Tropical varieties with polynomial weights and corner loci of piecewise polynomials

A. Esterov

Abstract: We find a relation between mixed volumes of several polytopes and the convex hull of their union, deducing it from the following fact: the mixed volume of a collection of polytopes only depends on the product of their support functions (rather than on the individual support functions). For integer polytopes, this dependence is a certain specialization of the isomorphism between two well-known combinatorial models for the cohomology of toric varieties, however, this construction has not been extended to arbitrary polytopes so far (partially due to the lack of combinatorial tools capable of substituting for toric geometry, when vertices are not rational). We provide such an extension, which leads to an explicit formula for the mixed volume in terms of the product of support functions, and may also be interesting because of the combinatorial tools (tropical varieties with polynomial weights and their corner loci) that appear in our construction.

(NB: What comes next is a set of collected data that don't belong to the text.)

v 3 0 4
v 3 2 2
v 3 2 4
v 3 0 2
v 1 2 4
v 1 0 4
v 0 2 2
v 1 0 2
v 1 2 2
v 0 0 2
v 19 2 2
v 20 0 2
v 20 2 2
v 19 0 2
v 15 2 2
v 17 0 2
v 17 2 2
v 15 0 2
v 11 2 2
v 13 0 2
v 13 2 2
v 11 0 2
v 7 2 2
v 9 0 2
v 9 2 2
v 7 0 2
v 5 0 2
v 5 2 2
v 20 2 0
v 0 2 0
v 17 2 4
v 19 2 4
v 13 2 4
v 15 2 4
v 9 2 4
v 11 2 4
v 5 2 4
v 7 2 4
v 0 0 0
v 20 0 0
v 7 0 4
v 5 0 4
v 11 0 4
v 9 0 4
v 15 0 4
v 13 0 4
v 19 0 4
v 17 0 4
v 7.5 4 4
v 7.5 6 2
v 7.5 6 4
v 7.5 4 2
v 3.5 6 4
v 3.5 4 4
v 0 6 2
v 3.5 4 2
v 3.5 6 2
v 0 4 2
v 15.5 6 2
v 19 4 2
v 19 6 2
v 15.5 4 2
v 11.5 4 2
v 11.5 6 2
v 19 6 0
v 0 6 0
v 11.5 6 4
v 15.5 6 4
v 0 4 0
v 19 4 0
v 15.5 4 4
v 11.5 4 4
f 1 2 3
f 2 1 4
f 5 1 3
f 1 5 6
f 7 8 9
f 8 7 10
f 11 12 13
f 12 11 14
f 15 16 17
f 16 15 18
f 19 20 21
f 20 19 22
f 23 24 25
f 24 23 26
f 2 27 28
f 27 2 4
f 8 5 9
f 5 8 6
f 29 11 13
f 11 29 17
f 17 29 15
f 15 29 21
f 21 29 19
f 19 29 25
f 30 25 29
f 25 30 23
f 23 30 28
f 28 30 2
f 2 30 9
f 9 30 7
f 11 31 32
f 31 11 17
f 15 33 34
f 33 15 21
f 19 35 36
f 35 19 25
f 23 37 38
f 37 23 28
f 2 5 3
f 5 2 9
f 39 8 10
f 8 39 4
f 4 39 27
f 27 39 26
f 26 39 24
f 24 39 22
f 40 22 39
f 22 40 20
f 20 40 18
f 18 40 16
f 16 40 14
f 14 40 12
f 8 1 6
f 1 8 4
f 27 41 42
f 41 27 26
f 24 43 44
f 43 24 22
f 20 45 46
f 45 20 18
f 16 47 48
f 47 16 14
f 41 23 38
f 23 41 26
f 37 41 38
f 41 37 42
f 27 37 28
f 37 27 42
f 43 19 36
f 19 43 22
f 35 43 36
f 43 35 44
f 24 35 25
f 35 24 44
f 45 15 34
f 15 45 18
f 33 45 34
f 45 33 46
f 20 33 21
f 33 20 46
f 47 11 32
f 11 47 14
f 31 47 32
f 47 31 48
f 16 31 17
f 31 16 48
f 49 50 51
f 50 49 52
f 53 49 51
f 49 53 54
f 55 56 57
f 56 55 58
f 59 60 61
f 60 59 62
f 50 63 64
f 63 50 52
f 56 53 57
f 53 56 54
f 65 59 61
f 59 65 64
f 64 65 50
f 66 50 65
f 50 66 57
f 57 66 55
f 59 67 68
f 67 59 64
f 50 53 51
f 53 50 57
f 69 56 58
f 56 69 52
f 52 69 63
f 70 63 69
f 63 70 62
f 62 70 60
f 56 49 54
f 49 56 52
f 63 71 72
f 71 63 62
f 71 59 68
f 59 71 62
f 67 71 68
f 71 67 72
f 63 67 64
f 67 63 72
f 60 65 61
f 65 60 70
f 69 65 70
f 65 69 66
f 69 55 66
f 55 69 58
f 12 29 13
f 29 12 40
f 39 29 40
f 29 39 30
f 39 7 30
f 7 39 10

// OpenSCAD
/*This library is placed into the public domain by NMR_Scientist.

Version: R1
Title: Utility
Description: Miscellaneous utility modules I developed over the course of several projects to reuse common operations that were seen over various models,

History:
* ??/??/2024 - R1 - First release to be with a model whenever it is released. 
*/

$fa = 1;
$fs = 0.1;

use <MCAD/regular_shapes.scad>;

//Move objects in the x-axis.
module move_x (x)
{
    translate([x,0,0])
    {
        children();
    }
}

//Move objects in the y-axis
module move_y (y)
{
    translate([0,y,0])
    {
        children();
    }
}

//Move objects in the z-ax
module move_z (z)
{
    translate([0,0,z])
    {
        children();
    }
}

//Move objects by a given point in all direction. -1 would means moving to the left, moving back, and moving down by one point. 
module move_by(point)
{
    translate([point,point,point])
    {
        children();
    }
}

//Exactly like move_by, but a negation. Named for its very common use in adding tolerance to objects.
module move_by_margin(m)
{
    move_by(-m)
    {
        children();
    }
}

//A cylinder rotated to its side.
module hor_cylinder(width,r,r)
{
    move_y(r)
        move_z(r)
            rotate([0,90,0])
            {
                cylinder(width,r,r);
            }
}

module hor_cylinder_y(length,r)
{
    translate([r * 2,0,0])
    {
        rotate([0,0,90])
        {
            hor_cylinder(length,r);
        }
    }
}


//Cut a object at a given height and then move that object down, usually to zero if the object was placed at zero height.
module hor_cut(width,length,height)
{
    translate([0,0,-height])
    {
        difference()
        {
            children();
            translate([-1,-1,-1])
            {
                cube([width + 2,length + 2,height + 1]);
            }
        }
    }
}

function bevel_radius(length) = length * 2 / 3;
function bevel_height(r) = r * sqrt(3)/2;

//Bevel at 45 degree slop up, facing, back, then extrude upward by height.
module bevel_up_back_45(width,length,height)
{
    r = bevel_radius(length);
    z = bevel_height(r);
    m = 0.1;
    m_2 = m * 2;
    difference()
    {
        translate([0,r / 2,z])
        {
            rotate([0,90,0])
            {
                triangle_prism(width,r);
            }   
        }
        // Cut off to the required height.
        move_x(-m)
            move_y(-m)
                move_z(height)
                   cube([width + m,length + m,z * 2 - height]);
    }
    //If cutting off isn't happening simply add height.
    if (height >= z)
    {
        move_z(z)
        {
            cube([width,length,height - z]);
        }
    }
}

//Center an object against a particular width of another object.
module center(centering_w,target_w)
{
    x = (target_w - centering_w) / 2;
    translate([x,0,0])
    {
        children();
    }
}

//Move object to a certain value of x, but also account for the object size, such that the object is place before the point x. For a postive value of x, that is before the x, for a negative value of x, that is next to x. Useful for dimensional accurate placement. 
module move_object_x(x,r)
{
    diameter = r * 2;
    if (abs(x) < diameter)
    {
        echo("Cannot move!");
    }
    else
    {
        if (x > 0)
        {
            move_x(x - diameter)
            {
                children();
            }
        }
        else if (x < 0)
        {
            move_x(x + diameter)
                children();
        }
    }
}


//Move object to a certain value of z, but also account for the object size, such that the object is place before the point z. For a postive value of z, that is below of z, for a negative value of z, that is above z. Useful for dimensional accurate placement. 
module move_object_z(z, r)
{
    diameter = r * 2;
    if (abs(z) < diameter)
    {
        echo("Cannot move!");
    }
    else
    {
        if (z > 0)
        {
            move_z(z - diameter)
            {
                children();
            }
        }
        else if (z < 0)
        {
            move_z(z + diameter)
                children();
        }
    }
}


//Generaate all notches in a castellation at the same time, and space each notch for the length of the notch.
module notches(n, multipler)
{
    for (x = [1:n])
    {   
        final_x = (x - 1) * multipler;
        move_x(final_x)
        {
            if ((x - 1) % 2 == 0)
            {
               children();
            }
        }
    }
}

//Get the total width of the Castellation, starting with the first and last notches.
function CastellateTotalW(w,size) = (w - 1) % 2 == 1 ? (w - 1) * size.x : w * size.x;


//Center the resulting castellation of a certain cuboid size. 
module castellate(width,size, m = 0)
{
    total_notches = floor(width / size.x);
    total_w = CastellateTotalW(total_notches,size);
    center(total_w,width)
    {
        notches(total_notches,size.x)
        {
            move_x(m)
            {
                shrink = [size.x - (m * 2),size.y,size.z];
                cube(shrink);
            }
        }
    }

}


cube2 = [2,2,2];
d = 20;
cube([d,2,2]);
move_z(2)
    castellate(d,cube2);
    
move_y(4)
{
    cube3 = [4,2,2];
    d = 19;
    cube([d,2,2]);
    move_z(2)
    castellate(d,cube3);
}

As an example of another possible application of these new objects, we notice that every tropical subvariety in a tropical manifold $M$ can be locally represented as the intersection of $M$ with another tropical variety (possibly with negative weights), and conjecture certain generalizations of this fact to singular $M$. The above fact about subvarieties of a tropical manifold may be of independent interest, because it implies that the intersection theory on a tropical manifold, which was recently constructed by Allerman, Francois, Rau and Shaw, is locally induced from the ambient vector space.

Key words and phrases: tropical variety, mixed volume, matroid fan, piecewise polynomial, corner locus, intersection theory, cohomology, differential ring, toric variety.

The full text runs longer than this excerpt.